▶ **YOUR OBJECTIVE**: The answer is a stretch of the material below, returned exactly: the line containing "#27=PLANE('',#26);", the line containing "#34=EDGE_CURVE('',#30,#30,#33,.T.);", and all lines between.
--- RECORDS SHOWN Enclosed Below ---
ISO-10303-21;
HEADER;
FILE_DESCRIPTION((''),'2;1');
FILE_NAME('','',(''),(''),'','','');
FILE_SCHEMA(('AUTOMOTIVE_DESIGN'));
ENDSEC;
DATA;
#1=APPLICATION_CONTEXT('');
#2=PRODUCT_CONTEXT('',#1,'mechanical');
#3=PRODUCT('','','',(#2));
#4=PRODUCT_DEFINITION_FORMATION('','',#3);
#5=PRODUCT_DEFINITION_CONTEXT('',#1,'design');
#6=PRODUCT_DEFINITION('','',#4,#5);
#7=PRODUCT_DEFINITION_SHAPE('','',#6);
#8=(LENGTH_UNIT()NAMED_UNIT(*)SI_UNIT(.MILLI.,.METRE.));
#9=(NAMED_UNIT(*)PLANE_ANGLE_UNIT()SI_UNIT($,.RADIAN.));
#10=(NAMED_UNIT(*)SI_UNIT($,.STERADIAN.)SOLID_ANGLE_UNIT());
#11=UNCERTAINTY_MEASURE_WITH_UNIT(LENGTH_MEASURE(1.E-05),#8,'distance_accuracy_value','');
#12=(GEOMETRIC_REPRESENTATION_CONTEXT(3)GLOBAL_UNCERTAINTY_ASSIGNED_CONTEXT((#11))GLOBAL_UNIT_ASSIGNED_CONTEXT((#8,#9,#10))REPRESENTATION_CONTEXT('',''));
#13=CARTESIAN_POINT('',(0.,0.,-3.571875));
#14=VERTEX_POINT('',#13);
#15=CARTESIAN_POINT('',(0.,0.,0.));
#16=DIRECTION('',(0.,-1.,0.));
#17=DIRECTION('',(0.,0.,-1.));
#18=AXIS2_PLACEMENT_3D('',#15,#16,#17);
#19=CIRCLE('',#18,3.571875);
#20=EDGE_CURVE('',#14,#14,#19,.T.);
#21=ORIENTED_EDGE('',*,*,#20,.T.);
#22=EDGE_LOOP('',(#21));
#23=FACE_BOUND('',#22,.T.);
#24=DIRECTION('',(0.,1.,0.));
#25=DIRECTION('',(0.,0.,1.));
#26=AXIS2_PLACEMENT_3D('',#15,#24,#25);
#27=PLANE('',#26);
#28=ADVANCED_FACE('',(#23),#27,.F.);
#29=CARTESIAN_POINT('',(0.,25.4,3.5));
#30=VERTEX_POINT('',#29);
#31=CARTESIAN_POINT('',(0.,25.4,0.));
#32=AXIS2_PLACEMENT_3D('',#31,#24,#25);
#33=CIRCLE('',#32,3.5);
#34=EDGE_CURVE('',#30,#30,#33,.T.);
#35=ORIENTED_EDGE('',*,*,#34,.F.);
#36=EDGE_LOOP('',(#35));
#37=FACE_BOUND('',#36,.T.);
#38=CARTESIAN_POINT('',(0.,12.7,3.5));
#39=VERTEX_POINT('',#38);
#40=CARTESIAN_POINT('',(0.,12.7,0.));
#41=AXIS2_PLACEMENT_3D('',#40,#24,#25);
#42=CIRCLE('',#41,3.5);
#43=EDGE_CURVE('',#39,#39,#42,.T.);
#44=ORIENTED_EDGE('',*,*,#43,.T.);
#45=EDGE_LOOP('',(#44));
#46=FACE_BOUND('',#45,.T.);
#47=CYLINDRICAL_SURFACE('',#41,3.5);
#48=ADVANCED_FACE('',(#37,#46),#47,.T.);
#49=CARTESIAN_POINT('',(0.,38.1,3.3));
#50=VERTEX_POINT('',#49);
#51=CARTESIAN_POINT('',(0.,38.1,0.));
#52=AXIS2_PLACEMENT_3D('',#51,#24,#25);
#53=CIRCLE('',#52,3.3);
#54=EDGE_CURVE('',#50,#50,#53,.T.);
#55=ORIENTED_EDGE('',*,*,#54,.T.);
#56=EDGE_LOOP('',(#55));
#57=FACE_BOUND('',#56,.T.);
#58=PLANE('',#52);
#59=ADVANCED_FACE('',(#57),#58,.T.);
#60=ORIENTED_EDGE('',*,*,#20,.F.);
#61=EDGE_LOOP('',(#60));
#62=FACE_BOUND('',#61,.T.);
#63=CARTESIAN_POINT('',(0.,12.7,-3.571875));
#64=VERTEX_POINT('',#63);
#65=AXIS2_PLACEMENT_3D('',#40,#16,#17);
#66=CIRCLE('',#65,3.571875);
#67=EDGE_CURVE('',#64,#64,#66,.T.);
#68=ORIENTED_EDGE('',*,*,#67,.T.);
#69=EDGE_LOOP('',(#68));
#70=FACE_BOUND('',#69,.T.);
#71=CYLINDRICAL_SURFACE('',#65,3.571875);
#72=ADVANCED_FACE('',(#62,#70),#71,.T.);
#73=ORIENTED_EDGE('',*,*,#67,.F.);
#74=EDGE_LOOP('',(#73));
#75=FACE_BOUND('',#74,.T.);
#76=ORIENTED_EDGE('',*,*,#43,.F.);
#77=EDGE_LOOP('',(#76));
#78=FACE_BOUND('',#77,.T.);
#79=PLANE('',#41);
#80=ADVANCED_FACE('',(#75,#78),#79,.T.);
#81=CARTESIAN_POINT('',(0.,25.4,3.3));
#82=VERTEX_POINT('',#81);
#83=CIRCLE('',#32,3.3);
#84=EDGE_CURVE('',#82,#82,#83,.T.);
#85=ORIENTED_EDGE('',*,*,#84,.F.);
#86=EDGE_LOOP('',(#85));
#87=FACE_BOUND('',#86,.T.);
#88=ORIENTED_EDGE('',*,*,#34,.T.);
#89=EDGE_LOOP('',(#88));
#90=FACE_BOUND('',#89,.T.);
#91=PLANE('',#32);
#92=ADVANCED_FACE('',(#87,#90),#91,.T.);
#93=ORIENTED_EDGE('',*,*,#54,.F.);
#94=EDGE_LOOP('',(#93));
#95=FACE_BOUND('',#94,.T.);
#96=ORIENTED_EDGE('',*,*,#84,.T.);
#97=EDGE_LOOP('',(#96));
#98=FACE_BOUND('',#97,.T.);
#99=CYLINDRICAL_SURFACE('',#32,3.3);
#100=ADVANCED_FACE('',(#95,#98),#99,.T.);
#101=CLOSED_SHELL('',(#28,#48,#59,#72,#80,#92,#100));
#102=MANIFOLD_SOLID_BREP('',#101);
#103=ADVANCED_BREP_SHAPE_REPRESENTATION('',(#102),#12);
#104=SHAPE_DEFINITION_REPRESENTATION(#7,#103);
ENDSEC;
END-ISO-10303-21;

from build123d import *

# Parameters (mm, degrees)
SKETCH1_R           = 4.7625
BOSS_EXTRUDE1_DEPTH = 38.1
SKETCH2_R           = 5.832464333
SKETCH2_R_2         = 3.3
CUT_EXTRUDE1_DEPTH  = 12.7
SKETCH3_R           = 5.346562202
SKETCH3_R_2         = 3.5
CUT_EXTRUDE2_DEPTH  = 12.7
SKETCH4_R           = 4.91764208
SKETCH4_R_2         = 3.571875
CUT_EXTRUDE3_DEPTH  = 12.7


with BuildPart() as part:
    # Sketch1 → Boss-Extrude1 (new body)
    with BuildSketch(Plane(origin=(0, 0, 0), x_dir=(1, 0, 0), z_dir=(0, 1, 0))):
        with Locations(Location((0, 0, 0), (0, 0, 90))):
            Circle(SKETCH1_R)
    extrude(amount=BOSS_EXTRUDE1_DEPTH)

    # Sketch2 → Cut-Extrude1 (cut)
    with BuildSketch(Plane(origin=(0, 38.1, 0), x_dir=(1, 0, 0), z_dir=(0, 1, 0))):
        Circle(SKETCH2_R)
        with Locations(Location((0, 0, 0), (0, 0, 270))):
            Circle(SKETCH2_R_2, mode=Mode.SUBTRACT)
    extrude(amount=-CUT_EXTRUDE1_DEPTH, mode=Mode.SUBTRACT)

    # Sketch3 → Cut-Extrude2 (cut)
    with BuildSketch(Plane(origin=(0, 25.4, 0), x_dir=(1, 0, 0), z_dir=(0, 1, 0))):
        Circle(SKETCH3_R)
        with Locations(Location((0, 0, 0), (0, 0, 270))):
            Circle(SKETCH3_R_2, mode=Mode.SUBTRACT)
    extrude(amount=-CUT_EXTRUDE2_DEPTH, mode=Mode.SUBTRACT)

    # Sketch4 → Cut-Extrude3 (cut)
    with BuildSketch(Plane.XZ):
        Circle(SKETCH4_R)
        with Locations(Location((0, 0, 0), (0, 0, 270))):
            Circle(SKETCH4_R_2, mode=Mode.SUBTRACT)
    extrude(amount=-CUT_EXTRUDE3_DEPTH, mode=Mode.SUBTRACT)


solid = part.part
--- End of Enclosed RECORDS SHOWN ---
--- RECORDS SHOWN Enclosed Below ---
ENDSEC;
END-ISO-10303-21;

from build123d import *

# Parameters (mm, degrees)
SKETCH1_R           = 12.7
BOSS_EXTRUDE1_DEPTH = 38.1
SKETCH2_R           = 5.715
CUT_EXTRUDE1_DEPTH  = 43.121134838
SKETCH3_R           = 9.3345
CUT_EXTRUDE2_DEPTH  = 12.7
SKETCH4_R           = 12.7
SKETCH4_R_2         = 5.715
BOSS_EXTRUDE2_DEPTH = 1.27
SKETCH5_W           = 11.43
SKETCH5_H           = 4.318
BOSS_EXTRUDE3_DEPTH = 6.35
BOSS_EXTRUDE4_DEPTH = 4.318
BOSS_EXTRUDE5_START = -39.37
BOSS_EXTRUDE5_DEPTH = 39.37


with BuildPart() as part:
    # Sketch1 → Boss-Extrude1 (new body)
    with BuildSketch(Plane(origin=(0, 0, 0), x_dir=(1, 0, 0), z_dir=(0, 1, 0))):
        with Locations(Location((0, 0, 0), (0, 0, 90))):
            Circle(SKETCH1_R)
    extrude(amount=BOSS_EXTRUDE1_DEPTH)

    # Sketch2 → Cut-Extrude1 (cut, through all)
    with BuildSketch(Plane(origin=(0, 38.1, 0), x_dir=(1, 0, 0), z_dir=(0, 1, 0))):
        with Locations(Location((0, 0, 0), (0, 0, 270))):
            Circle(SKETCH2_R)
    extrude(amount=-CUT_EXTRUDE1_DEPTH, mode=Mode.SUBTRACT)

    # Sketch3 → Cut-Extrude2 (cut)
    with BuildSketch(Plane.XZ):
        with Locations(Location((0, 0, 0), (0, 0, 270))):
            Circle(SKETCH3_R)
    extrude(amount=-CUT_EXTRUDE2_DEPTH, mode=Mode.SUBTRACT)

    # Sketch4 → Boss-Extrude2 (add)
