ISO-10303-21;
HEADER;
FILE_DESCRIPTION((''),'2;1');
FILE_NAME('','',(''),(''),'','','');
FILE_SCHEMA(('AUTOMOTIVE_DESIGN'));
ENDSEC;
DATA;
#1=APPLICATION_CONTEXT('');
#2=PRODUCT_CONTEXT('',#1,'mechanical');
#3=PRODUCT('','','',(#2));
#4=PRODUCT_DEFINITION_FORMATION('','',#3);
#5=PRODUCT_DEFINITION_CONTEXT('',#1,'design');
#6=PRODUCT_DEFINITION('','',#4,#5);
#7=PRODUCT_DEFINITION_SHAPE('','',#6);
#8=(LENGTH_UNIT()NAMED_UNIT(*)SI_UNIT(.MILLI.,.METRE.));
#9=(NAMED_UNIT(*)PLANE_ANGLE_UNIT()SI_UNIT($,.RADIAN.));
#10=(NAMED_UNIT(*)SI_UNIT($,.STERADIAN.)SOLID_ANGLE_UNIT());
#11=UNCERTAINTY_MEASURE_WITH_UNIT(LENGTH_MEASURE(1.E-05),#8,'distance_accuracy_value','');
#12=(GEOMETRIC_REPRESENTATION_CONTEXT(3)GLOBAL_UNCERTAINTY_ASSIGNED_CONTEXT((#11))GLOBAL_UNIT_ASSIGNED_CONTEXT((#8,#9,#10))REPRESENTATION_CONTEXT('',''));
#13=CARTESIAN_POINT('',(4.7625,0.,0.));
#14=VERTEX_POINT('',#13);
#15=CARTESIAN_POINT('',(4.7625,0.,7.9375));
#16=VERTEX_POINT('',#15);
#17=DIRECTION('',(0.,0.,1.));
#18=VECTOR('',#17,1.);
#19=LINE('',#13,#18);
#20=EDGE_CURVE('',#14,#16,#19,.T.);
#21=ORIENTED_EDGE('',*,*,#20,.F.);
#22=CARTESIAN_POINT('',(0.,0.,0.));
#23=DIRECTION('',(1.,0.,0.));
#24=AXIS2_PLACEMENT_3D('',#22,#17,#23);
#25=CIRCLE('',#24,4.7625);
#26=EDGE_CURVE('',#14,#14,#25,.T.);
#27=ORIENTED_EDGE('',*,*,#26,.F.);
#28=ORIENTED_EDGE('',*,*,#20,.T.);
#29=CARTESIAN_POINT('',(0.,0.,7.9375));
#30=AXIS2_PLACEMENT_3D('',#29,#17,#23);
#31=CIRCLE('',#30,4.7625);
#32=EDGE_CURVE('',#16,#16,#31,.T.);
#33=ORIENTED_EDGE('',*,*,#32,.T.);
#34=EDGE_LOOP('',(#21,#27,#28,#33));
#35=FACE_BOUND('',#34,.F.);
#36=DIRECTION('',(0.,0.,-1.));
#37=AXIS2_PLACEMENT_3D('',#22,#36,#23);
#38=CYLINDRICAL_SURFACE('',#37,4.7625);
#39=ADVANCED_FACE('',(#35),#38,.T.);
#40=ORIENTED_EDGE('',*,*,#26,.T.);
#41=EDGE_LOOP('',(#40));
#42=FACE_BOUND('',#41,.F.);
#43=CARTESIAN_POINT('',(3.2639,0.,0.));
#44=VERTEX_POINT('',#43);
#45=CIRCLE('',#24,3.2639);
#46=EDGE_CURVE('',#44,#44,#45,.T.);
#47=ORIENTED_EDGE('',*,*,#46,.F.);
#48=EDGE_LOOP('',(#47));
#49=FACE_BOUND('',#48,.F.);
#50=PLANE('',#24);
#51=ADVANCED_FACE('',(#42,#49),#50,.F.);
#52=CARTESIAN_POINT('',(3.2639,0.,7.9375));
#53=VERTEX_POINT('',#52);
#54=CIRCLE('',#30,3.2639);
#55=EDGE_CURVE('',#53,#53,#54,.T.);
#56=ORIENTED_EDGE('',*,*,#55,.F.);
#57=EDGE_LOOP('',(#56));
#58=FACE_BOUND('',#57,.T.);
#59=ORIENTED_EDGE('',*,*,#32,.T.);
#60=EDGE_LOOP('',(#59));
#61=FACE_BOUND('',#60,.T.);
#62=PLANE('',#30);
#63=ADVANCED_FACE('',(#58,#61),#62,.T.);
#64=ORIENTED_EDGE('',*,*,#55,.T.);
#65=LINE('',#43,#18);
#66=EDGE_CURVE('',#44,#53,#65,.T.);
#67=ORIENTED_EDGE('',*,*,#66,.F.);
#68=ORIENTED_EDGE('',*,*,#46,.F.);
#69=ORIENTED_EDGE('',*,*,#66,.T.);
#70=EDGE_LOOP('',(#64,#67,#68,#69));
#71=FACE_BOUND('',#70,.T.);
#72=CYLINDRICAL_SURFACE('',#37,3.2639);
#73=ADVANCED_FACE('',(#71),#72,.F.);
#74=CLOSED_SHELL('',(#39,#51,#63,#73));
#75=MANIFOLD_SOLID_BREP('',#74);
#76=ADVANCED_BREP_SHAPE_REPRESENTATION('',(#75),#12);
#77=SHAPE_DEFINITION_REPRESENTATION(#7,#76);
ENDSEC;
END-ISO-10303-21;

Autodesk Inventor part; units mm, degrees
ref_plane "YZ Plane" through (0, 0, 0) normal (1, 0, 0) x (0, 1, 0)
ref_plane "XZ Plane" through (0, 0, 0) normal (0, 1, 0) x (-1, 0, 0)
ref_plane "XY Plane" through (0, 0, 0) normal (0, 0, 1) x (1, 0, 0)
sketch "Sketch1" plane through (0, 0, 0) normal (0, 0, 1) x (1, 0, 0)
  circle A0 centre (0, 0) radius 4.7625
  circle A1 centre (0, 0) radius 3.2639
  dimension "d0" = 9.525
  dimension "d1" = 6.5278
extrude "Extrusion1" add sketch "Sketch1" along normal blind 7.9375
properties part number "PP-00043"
--- End of Enclosed RECORDS SHOWN ---
▶ **TASK RESPONSE**:
#27=PLANE('',#26);
#28=ADVANCED_FACE('',(#23),#27,.F.);
#29=CARTESIAN_POINT('',(0.,25.4,3.5));
#30=VERTEX_POINT('',#29);
#31=CARTESIAN_POINT('',(0.,25.4,0.));
#32=AXIS2_PLACEMENT_3D('',#31,#24,#25);
#33=CIRCLE('',#32,3.5);
#34=EDGE_CURVE('',#30,#30,#33,.T.);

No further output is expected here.